I know you didn’t expect to see me here today but Lavada has kindly stepped aside to allow me to post a special message of hope, faith, charity, courage and determination that has turned the life around of one special little boy in my family. For those of you who know the story of George’s First Steps from my own blog, I make no apologies for telling it again. For those who are unfamiliar with it, grab a coffee and a box of tissues, pull up a chair and let your heart melt as I give you some background to the two videos at the heart and end of this post.
George is the not quite 6-year-old son of my nephew. When George was 3 days old a MRI Scan revealed he’d suffered a major brain haemorrhage before birth. Doctors said he would never walk, never talk and have severe disabilities including but not limited to cerebral palsy, epilepsy and possible vision problems, and that he would never know his parents or understand the world or have anything like a good life. That was the day normal life stopped for his parents. What makes this all the more poignant for my family is the heartbreaking family history in the years before his birth, which I won’t go into here.
With courage and determination, constant therapy at a marvellous private foundation in the UK called Footsteps eased the stiffness in his limbs. He learnt to speak , learning more words all the time. What is remarkable is he is always smiling. His laugh is infectious, his smile so captivating you want to hug him to bits. George has come a long way since those first dark days following his entry into the world. We are so proud of all he has achieved but it has meant constant worry and fund raising to pay for his therapy.

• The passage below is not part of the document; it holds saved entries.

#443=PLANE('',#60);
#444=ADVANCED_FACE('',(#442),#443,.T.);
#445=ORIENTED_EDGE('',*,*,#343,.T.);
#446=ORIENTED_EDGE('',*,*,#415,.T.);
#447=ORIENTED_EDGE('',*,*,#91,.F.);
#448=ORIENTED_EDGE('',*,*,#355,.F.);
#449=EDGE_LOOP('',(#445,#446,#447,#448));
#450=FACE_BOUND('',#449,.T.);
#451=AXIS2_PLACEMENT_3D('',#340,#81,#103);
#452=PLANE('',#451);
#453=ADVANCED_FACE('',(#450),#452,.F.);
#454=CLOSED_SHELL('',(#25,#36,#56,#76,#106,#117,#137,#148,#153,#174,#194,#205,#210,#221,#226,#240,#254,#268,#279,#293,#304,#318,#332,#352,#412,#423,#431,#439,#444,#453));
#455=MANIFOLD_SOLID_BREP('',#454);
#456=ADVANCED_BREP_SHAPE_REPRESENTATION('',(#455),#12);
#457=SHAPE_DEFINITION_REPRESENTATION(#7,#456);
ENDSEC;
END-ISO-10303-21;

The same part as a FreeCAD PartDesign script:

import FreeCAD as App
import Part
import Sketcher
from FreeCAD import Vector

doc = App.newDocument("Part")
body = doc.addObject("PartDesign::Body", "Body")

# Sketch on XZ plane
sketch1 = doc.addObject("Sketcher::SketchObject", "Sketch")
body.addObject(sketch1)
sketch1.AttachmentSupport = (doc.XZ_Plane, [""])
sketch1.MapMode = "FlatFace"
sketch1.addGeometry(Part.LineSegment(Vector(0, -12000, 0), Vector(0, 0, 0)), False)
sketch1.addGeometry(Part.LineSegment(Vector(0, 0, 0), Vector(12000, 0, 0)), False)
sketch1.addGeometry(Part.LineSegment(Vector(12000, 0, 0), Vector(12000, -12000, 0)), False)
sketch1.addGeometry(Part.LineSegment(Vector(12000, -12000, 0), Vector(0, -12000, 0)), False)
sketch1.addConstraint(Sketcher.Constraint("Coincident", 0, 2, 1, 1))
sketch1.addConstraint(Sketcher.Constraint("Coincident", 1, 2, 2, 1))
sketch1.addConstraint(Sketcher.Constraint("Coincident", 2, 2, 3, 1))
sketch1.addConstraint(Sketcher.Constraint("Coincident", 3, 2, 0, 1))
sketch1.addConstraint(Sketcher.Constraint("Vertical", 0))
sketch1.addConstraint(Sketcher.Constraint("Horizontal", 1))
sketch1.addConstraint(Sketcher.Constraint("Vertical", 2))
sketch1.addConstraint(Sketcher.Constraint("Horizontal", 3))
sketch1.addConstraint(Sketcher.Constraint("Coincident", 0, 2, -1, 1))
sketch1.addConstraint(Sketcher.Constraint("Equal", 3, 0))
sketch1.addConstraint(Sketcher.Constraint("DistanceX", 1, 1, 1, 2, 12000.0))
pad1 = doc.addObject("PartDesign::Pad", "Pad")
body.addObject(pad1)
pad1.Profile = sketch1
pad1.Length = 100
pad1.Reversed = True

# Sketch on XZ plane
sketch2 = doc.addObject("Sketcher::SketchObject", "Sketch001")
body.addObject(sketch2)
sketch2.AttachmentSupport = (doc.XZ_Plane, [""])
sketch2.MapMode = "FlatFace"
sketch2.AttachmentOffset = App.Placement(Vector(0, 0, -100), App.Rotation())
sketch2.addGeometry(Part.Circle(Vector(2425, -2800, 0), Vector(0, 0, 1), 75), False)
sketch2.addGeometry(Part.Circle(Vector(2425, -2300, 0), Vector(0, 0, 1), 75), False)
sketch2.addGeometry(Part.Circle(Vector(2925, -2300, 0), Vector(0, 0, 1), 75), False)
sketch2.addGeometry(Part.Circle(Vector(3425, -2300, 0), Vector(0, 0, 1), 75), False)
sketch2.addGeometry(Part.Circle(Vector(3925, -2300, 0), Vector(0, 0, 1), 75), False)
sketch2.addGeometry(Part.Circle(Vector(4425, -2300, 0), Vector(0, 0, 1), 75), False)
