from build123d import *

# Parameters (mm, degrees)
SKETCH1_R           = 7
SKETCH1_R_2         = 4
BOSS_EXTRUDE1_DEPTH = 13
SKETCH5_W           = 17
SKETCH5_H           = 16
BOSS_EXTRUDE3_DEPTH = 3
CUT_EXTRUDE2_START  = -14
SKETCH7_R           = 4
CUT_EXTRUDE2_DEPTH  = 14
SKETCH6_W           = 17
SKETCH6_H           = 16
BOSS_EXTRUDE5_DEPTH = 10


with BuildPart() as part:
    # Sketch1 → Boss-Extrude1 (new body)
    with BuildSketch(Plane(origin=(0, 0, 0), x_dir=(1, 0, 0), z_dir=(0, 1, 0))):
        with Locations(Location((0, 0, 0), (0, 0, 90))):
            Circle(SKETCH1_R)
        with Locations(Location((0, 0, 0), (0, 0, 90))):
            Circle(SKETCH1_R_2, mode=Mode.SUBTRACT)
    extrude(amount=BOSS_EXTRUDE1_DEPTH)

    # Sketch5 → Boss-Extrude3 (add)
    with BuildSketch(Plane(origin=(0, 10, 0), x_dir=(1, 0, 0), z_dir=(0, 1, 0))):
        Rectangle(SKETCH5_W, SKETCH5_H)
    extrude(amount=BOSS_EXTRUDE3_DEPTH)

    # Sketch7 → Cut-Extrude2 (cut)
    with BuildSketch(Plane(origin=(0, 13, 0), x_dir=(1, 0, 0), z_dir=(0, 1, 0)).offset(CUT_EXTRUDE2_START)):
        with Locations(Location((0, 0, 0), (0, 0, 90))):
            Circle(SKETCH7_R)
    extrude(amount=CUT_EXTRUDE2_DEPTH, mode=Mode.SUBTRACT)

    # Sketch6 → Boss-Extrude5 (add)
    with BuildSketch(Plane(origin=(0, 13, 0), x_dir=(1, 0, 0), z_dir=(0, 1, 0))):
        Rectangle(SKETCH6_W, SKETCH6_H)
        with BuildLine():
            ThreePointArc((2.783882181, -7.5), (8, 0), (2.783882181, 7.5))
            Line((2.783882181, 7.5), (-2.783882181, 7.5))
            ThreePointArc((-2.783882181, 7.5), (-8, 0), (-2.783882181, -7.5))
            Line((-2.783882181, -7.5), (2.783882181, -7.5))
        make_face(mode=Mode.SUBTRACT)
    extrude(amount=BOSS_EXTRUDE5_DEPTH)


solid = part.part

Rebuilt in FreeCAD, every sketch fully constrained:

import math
import FreeCAD as App
import Part
import Sketcher

V = App.Vector
Q = App.Units.Quantity


def add_polygon(sketch, points):
    """Adds a closed chain of lines whose ends are joined by coincident constraints."""
    first, n = sketch.GeometryCount, len(points)
    for a, b in zip(points, points[1:] + points[:1]):
        sketch.addGeometry(Part.LineSegment(App.Vector(*a, 0), App.Vector(*b, 0)), False)
    for i in range(n):
        sketch.addConstraint(Sketcher.Constraint("Coincident", first + i, 2, first + (i + 1) % n, 1))

doc = App.newDocument("Part")
body = doc.addObject("PartDesign::Body", "Body")

sketch1 = body.newObject("Sketcher::SketchObject", "Sketch")
sketch1.AttachmentSupport = (doc.getObject("XZ_Plane"), [""])
sketch1.MapMode = "FlatFace"
sketch1.addGeometry([
    Part.Circle(V(0, 0, 0), V(0, 0, 1), 7),
    Part.Circle(V(0, 0, 0), V(0, 0, 1), 4),
], False)
sketch1.addConstraint([
    Sketcher.Constraint("Coincident", 0, 3, -1, 1),
    Sketcher.Constraint("Coincident", 1, 3, -1, 1),
    Sketcher.Constraint("Diameter", 0, Q("14 mm")),
    Sketcher.Constraint("Diameter", 1, Q("8 mm")),
])
pad1 = body.newObject("PartDesign::Pad", "Pad")
pad1.Profile = sketch1
pad1.Length = 13
pad1.Reversed = True

sketch2 = body.newObject("Sketcher::SketchObject", "Sketch001")
sketch2.AttachmentSupport = (doc.getObject("XZ_Plane"), [""])
sketch2.MapMode = "FlatFace"
sketch2.AttachmentOffset = App.Placement(V(0, 0, -10), App.Rotation())
add_polygon(sketch2, [(-8, -8), (-8, 8), (8, 8), (8, -8)])
sketch2.addConstraint([
    Sketcher.Constraint("Vertical", 0),
    Sketcher.Constraint("Horizontal", 1),
    Sketcher.Constraint("Vertical", 2),
    Sketcher.Constraint("Horizontal", 3),
    Sketcher.Constraint("Symmetric", 0, 2, 2, 2, -1, 1),
    Sketcher.Constraint("DistanceX", 1, 1, 1, 2, Q("17 mm")),
    Sketcher.Constraint("DistanceY", 0, 1, 0, 2, Q("16 mm")),
])
pad2 = body.newObject("PartDesign::Pad", "Pad001")
pad2.Profile = sketch2
pad2.Length = 3
pad2.Reversed = True

sketch3 = body.newObject("Sketcher::SketchObject", "Sketch002")
sketch3.AttachmentSupport = (doc.getObject("XZ_Plane"), [""])
sketch3.MapMode = "FlatFace"
sketch3.AttachmentOffset = App.Placement(V(0, 0, 1), App.Rotation())
sketch3.addGeometry(Part.Circle(V(0, 0, 0), V(0, 0, 1), 4), False)
sketch3.addConstraint([
    Sketcher.Constraint("Coincident", 0, 3, -1, 1),
    Sketcher.Constraint("Diameter", 0, Q("8 mm")),
])
pocket1 = body.newObject("PartDesign::Pocket", "Pocket")
pocket1.Profile = sketch3
pocket1.Length = 14

sketch4 = body.newObject("Sketcher::SketchObject", "Sketch003")
sketch4.AttachmentSupport = (doc.getObject("XZ_Plane"), [""])
sketch4.MapMode = "FlatFace"
sketch4.AttachmentOffset = App.Placement(V(0, 0, -13), App.Rotation())
add_polygon(sketch4, [(-8, -8), (-8, 8), (8, 8), (8, -8)])
sketch4.addGeometry(Part.ArcOfCircle(Part.Circle(V(0, 0, 0), V(0, 0, 1), 8), math.radians(-70), math.radians(70)), False)
sketch4.addGeometry(Part.LineSegment(V(3, 8, 0), V(-3, 8, 0)), False)
sketch4.addGeometry(Part.ArcOfCircle(Part.Circle(V(0, 0, 0), V(0, 0, 1), 8), math.radians(110), math.radians(250)), False)
sketch4.addGeometry(Part.LineSegment(V(-3, -8, 0), V(3, -8, 0)), False)
sketch4.addConstraint([
    Sketcher.Constraint("Coincident", 4, 2, 5, 1),
    Sketcher.Constraint("Coincident", 5, 2, 6, 1),
    Sketcher.Constraint("Coincident", 6, 2, 7, 1),
    Sketcher.Constraint("Coincident", 7, 2, 4, 1),
    Sketcher.Constraint("Vertical", 0),
    Sketcher.Constraint("Horizontal", 1),
    Sketcher.Constraint("Vertical", 2),
    Sketcher.Constraint("Horizontal", 3),
    Sketcher.Constraint("Horizontal", 5),
    Sketcher.Constraint("Horizontal", 7),
    Sketcher.Constraint("Coincident", 4, 3, -1, 1),
    Sketcher.Constraint("Coincident", 6, 3, -1, 1),
    Sketcher.Constraint("Equal", 4, 6),
    Sketcher.Constraint("Symmetric", 0, 2, 2, 2, -1, 1),
    Sketcher.Constraint("Vertical", 5, 2, 6, 2),
    Sketcher.Constraint("Radius", 4, Q("8 mm")),
    Sketcher.Constraint("DistanceX", 1, 1, 1, 2, Q("17 mm")),
    Sketcher.Constraint("DistanceY", 0, 1, 0, 2, Q("16 mm")),
    Sketcher.Constraint("DistanceY", 6, 2, 5, 2, Q("15 mm")),
])
pad3 = body.newObject("PartDesign::Pad", "Pad002")
pad3.Profile = sketch4
pad3.Length = 10
pad3.Reversed = True

doc.recompute()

A little over 12 months ago we learnt he was accepted for a life-changing SDR operation to be carried out at the St Louis Children’s Hospital in Missouri, but the procedure had to be done before he was 5 years old for it to be successful. That gave the family only 6 months to raise the money to pay for it – £55,000 (about $84,000?). It seemed impossible. A huge mountain to climb. So began a huge fundraising campaign: from marathons and sponsored slims to my sister-in-law in Spain having her head publicly shaved. Money came in from all over the world, a painting donated for auction from a Canadian artist; stores dressing up for the day, all sorts, you name it, we did it. In a little over 4 months we not only raised the full amount, we exceeded it by over £20,000 – enough to pay for his continued physio for several years, and some.
George had his operation just over 6 months ago. The difference is tremendous. He will always probably need the aid of his walker or sticks to walk but each day he gets stronger. The physio will continue until he stops growing and in a few years’ time he will need a hip replacement and some corrective eye surgery. But to think, 6 months ago he couldn’t sit unaided, spent a lot of his time on the floor, shuffling on his stomach to get anywhere, and struggled to do the simplest of tasks we take for granted. Not any more. He’s gained so much independence, goes to a normal school and has friends in to play, even having a part in the school nativity play at Christmas; his speech is improving constantly, and his cheekiness and sense of fun is as wonderful as ever, if not more so.
Rather than go on listing his achievements, his proud parents have put together a video which I hope you’ll take a few minutes to view. I’ve watched it several times and still my eyes fill with tears at what has been made possible by each and every one who donated and helped to make this all possible. The closing statement on the video says it all…
George has only just learnt to push his walker himself after 6.5 months of hard, hard work so what he will achieve in this next 6 months is too exciting to think about. Through it all he hasn’t lost his sense of fun and that enigmatic smile never ceases to touch the heart of everyone. He wouldn’t be where he is today without the generosity of family, friends and strangers, and no amount of thank yous can express the joy these past 6 months have bought to George, his parents and family. The next video comes from the heart, from George:
Enjoy the video, people: www.youtube.com/watch?v=KgXU_sjw7Z8
To think that when he was born his parents found out he had quadriplegic cerebral palsy and doctors said he would never walk, talk or know who anyone was… Well, hasn’t he proved them all wrong!!!